Il film di Reeves è un’opera che ripensa il personaggio facendolo tornare alle origini da investigatore e spogliandoli degli influssi del cinecomic contemporaneo, lavorando con le sue tre ore che sono una dichiarazione d’intenti certamente sul percorso narrativo dell’indagine (che mescola un po’ gli albi di Hush, Il lungo Halloween e Anno uno), ma anche sulla coerenza visiva di spazi chiusi anche se a cielo aperto, di volti da squalo e sulla quasi totale assenza d’ironia.
Sull’altare delle politiche di distribuzione e rating è sacrificato il sangue, che è poco se non nullo anche quando dovrebbe scorrere quasi copioso, ma si compensa con la forza dei comprimari che tessono l’arazzo di queste Gotham Chronicles pure nel momento in cui sono presenze spostate ai margini, come il Pinguino di un Colin Farrell irriconoscibile sotto il trucco, che fa da mastice lì dove è chiamato in causa.
La Catwoman di una azzeccatissima Zoë Kravitz è invece perfetta nel bilanciare a livello di icona generazionale Pattinson, così come controcampo felino e affilato della tensione ormonale che spinge il ragazzo-Bruce nei suoi confronti (bellissime le pur brevi sequenze dei due in moto).

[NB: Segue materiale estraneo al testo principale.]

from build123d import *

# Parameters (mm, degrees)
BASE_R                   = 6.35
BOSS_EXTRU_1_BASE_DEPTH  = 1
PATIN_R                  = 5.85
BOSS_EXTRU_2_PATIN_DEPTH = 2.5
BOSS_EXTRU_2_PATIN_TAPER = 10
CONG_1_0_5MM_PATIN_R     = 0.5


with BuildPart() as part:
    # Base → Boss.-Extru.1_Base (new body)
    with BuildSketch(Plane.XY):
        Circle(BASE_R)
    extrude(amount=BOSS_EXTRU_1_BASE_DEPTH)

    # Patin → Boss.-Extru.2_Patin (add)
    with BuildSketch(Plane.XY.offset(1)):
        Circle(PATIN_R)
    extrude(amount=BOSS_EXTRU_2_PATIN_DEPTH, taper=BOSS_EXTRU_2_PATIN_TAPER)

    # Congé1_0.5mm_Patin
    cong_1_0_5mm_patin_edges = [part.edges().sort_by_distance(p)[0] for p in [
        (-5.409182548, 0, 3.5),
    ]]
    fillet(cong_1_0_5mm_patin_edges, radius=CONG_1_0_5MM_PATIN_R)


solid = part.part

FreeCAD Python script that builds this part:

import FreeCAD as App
import Part
import Sketcher
from FreeCAD import Vector


def edges_at(feature, points):
    """Names of the edges that pass closest to the given points."""
    edges = feature.Shape.Edges
    near = lambda p: min(range(len(edges)), key=lambda i: edges[i].distToShape(Part.Vertex(*p))[0])
    return sorted({f"Edge{near(p) + 1}" for p in points})

doc = App.newDocument("Part")
body = doc.addObject("PartDesign::Body", "Body")

sketch1 = doc.addObject("Sketcher::SketchObject", "Sketch")
body.addObject(sketch1)
sketch1.AttachmentSupport = (doc.XY_Plane, [""])
sketch1.MapMode = "FlatFace"
sketch1.addGeometry(Part.Circle(Vector(0, 0, 0), Vector(0, 0, 1), 6), False)
sketch1.addConstraint(Sketcher.Constraint("Coincident", 0, 3, -1, 1))
sketch1.addConstraint(Sketcher.Constraint("Diameter", 0, 12.7))
pad1 = doc.addObject("PartDesign::Pad", "Pad")
body.addObject(pad1)
pad1.Profile = sketch1
pad1.Length = 1

sketch2 = doc.addObject("Sketcher::SketchObject", "Sketch001")
body.addObject(sketch2)
sketch2.AttachmentSupport = (doc.XY_Plane, [""])
sketch2.MapMode = "FlatFace"
sketch2.AttachmentOffset = App.Placement(Vector(0, 0, 1), App.Rotation())
sketch2.addGeometry(Part.Circle(Vector(0, 0, 0), Vector(0, 0, 1), 6), False)
sketch2.addConstraint(Sketcher.Constraint("Coincident", 0, 3, -1, 1))
sketch2.addConstraint(Sketcher.Constraint("Diameter", 0, 11.7))
pad2 = doc.addObject("PartDesign::Pad", "Pad001")
body.addObject(pad2)
pad2.Profile = sketch2
pad2.Length = 2.5
pad2.TaperAngle = -10
doc.recompute()

fillet = doc.addObject("PartDesign::Fillet", "Fillet")
body.addObject(fillet)
fillet.Base = (pad2, edges_at(pad2, [(-5.409, 0, 3.5)]))
fillet.Radius = 0.5

doc.recompute()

A spiccare sono però anche gli strappi esagitati dell’Enigmista di un Paul Dano folle, primordiale, radicato nelle tensioni della contemporaneità mentre è accompagnato dalla gigantesca ombra di un mefistofelico John Turturro nei panni di Carmine Falcone, performance senza alcun dubbio tra le migliori del film.

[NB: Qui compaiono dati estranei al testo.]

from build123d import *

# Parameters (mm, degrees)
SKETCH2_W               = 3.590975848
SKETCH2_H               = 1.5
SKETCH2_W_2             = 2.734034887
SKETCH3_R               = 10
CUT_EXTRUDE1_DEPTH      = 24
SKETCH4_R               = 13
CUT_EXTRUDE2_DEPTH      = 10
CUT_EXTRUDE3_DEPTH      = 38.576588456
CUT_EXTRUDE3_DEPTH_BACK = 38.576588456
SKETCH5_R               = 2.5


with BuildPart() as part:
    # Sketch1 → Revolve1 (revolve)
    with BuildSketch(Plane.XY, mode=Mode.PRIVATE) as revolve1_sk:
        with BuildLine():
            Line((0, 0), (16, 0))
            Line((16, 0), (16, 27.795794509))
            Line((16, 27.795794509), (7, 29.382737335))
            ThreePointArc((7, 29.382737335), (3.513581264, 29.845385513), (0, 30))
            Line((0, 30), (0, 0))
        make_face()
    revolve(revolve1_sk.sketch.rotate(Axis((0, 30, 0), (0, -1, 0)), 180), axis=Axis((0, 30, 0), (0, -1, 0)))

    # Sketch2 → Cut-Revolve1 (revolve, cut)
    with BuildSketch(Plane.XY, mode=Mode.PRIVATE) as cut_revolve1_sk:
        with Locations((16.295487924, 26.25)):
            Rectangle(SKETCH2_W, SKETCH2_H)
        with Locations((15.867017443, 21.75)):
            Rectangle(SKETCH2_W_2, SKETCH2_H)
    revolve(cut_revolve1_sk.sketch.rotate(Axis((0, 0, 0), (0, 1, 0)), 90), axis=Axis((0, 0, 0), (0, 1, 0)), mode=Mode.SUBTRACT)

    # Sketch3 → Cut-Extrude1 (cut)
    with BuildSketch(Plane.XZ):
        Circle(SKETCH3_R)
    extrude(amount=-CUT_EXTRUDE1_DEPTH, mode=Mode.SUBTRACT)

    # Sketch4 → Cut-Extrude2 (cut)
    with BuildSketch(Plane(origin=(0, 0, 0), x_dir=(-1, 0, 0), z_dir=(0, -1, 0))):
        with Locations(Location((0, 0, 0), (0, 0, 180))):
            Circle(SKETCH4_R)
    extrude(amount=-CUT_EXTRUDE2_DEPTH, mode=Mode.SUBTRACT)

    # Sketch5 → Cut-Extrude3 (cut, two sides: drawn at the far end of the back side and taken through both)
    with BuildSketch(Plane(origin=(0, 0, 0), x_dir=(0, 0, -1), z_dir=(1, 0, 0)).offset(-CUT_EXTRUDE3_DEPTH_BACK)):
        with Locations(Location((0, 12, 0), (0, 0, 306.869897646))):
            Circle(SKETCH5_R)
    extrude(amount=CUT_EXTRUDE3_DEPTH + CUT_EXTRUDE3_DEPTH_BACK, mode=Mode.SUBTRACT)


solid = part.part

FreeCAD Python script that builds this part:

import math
import FreeCAD as App
import Part
import Sketcher

V = App.Vector
Q = App.Units.Quantity

doc = App.newDocument("Part")
body = doc.addObject("PartDesign::Body", "Body")

# Sketch on XY plane
sketch1 = doc.addObject("Sketcher::SketchObject", "Sketch")
body.addObject(sketch1)
sketch1.AttachmentSupport = (doc.XY_Plane, [""])
sketch1.MapMode = "FlatFace"
sketch1.addGeometry([
    Part.LineSegment(V(0, 0, 0), V(16, 0, 0)),  # 0
    Part.LineSegment(V(16, 0, 0), V(16, 28, 0)),  # 1
    Part.LineSegment(V(16, 28, 0), V(7, 29, 0)),  # 2
    Part.ArcOfCircle(Part.Circle(V(0, -10, 0), V(0, 0, 1), 40), math.radians(79.92), math.radians(90)),  # 3
    Part.LineSegment(V(0, 30, 0), V(0, 0, 0)),  # 4
], False)
sketch1.addConstraint([
    Sketcher.Constraint("Coincident", 0, 2, 1, 1),
    Sketcher.Constraint("Coincident", 1, 2, 2, 1),
    Sketcher.Constraint("Coincident", 2, 2, 3, 1),
    Sketcher.Constraint("Coincident", 3, 2, 4, 1),
    Sketcher.Constraint("Coincident", 4, 2, 0, 1),
    Sketcher.Constraint("Horizontal", 0),
    Sketcher.Constraint("Vertical", 1),
    Sketcher.Constraint("Vertical", 4),
    Sketcher.Constraint("Coincident", 4, 2, -1, 1),
    Sketcher.Constraint("PointOnObject", 3, 3, -2),
    Sketcher.Constraint("Radius", 3, Q("40 mm")),
    Sketcher.Constraint("DistanceX", 0, 1, 0, 2, Q("16 mm")),
    Sketcher.Constraint("DistanceY", 4, 2, 4, 1, Q("30 mm")),
    Sketcher.Constraint("Angle", 2, Q("170 deg")),
    Sketcher.Constraint("DistanceX", -1, 1, 2, 2, Q("7 mm")),
])
revolution = doc.addObject("PartDesign::Revolution", "Revolution")
body.addObject(revolution)
revolution.Profile = sketch1
revolution.ReferenceAxis = (sketch1, ["V_Axis"])
revolution.Angle = 360

# Sketch on XY plane
sketch2 = doc.addObject("Sketcher::SketchObject", "Sketch001")
body.addObject(sketch2)
sketch2.AttachmentSupport = (doc.XY_Plane, [""])
sketch2.MapMode = "FlatFace"
sketch2.addGeometry([
    Part.LineSegment(V(14.5, 27, 0), V(14.5, 25.5, 0)),  # 0
    Part.LineSegment(V(14.5, 25.5, 0), V(18.1, 25.5, 0)),  # 1
    Part.LineSegment(V(18.1, 25.5, 0), V(18.1, 27, 0)),  # 2
    Part.LineSegment(V(18.1, 27, 0), V(14.5, 27, 0)),  # 3
    Part.LineSegment(V(14.5, 22.5, 0), V(14.5, 21, 0)),  # 4
    Part.LineSegment(V(14.5, 21, 0), V(17.2, 21, 0)),  # 5
    Part.LineSegment(V(17.2, 21, 0), V(17.2, 22.5, 0)),  # 6
    Part.LineSegment(V(17.2, 22.5, 0), V(14.5, 22.5, 0)),  # 7
], False)
sketch2.addConstraint([
    Sketcher.Constraint("Coincident", 0, 2, 1, 1),
    Sketcher.Constraint("Coincident", 1, 2, 2, 1),
    Sketcher.Constraint("Coincident", 2, 2, 3, 1),
    Sketcher.Constraint("Coincident", 3, 2, 0, 1),
    Sketcher.Constraint("Coincident", 4, 2, 5, 1),
    Sketcher.Constraint("Coincident", 5, 2, 6, 1),
    Sketcher.Constraint("Coincident", 6, 2, 7, 1),
    Sketcher.Constraint("Coincident", 7, 2, 4, 1),
    Sketcher.Constraint("Vertical", 0),
    Sketcher.Constraint("Horizontal", 1),
    Sketcher.Constraint("Vertical", 2),
    Sketcher.Constraint("Horizontal", 3),
    Sketcher.Constraint("Vertical", 4),
    Sketcher.Constraint("Horizontal", 5),
    Sketcher.Constraint("Vertical", 6),
    Sketcher.Constraint("Horizontal", 7),
    Sketcher.Constraint("Vertical", 3, 2, 4, 2),
    Sketcher.Constraint("Equal", 2, 4),
    Sketcher.Constraint("DistanceY", 0, 2, 0, 1, Q("1.5 mm")),
    Sketcher.Constraint("DistanceY", -1, 1, 2, 2, Q("27 mm")),
    Sketcher.Constraint("DistanceY", -1, 1, 4, 2, Q("21 mm")),
    Sketcher.Constraint("DistanceX", -1, 1, 0, 2, Q("14.5 mm")),
    Sketcher.Constraint("DistanceX", 1, 1, 1, 2, Q("3.590976 mm")),
    Sketcher.Constraint("DistanceX", 5, 1, 5, 2, Q("2.734035 mm")),
])
groove = doc.addObject("PartDesign::Groove", "Groove")
body.addObject(groove)
groove.Profile = sketch2
groove.ReferenceAxis = (sketch2, ["V_Axis"])
groove.Angle = 360

# Sketch on XZ plane
sketch3 = doc.addObject("Sketcher::SketchObject", "Sketch002")
body.addObject(sketch3)
sketch3.AttachmentSupport = (doc.XZ_Plane, [""])
sketch3.MapMode = "FlatFace"
sketch3.addGeometry(Part.Circle(V(0, 0, 0), V(0, 0, 1), 10), False)
sketch3.addConstraint([
    Sketcher.Constraint("Coincident", 0, 3, -1, 1),
    Sketcher.Constraint("Diameter", 0, Q("20 mm")),
])
pocket1 = doc.addObject("PartDesign::Pocket", "Pocket")
body.addObject(pocket1)
pocket1.Profile = sketch3
pocket1.Length = 24

# Sketch on XZ plane
sketch4 = doc.addObject("Sketcher::SketchObject", "Sketch003")
body.addObject(sketch4)
sketch4.AttachmentSupport = (doc.XZ_Plane, [""])
sketch4.MapMode = "FlatFace"
sketch4.addGeometry(Part.Circle(V(0, 0, 0), V(0, 0, 1), 13), False)
sketch4.addConstraint([
    Sketcher.Constraint("Coincident", 0, 3, -1, 1),
    Sketcher.Constraint("Diameter", 0, Q("26 mm")),
])
pocket2 = doc.addObject("PartDesign::Pocket", "Pocket001")
body.addObject(pocket2)
pocket2.Profile = sketch4
pocket2.Length = 10

# Sketch on YZ plane
sketch5 = doc.addObject("Sketcher::SketchObject", "Sketch004")
body.addObject(sketch5)
sketch5.AttachmentSupport = (doc.YZ_Plane, [""])
sketch5.MapMode = "FlatFace"
sketch5.addGeometry(Part.Circle(V(12, 0, 0), V(0, 0, 1), 2.5), False)
sketch5.addConstraint([
    Sketcher.Constraint("PointOnObject", 0, 3, -1),
    Sketcher.Constraint("Diameter", 0, Q("5 mm")),
    Sketcher.Constraint("DistanceX", -1, 1, 0, 3, Q("12 mm")),
])
pocket3 = doc.addObject("PartDesign::Pocket", "Pocket002")
body.addObject(pocket3)
pocket3.Profile = sketch5
pocket3.Type = "ThroughAll"
pocket3.Midplane = True

doc.recompute()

Matt Reeves, che di turning point se ne intende sin da quando arrivò nei cinema con Cloverfield, riscrive e re-immagina un percorso alternativo per il suo The Batman dalla statura dolente e convinto di non poter essere altro oltre a questo, perso nei labirinti dei propri tormenti mentali e impossibilitato a farsi portatore di una luce, di una speranza per quella città che lo addita come problema e non soluzione. Un’opera ricca e ostinata nella sua volontà di tracciare una linea netta, da vedere e rivedere, densa di suggestioni, scorci e sequenze già destinate a fare la storia dell’Uomo Pipistrello sul grande schermo.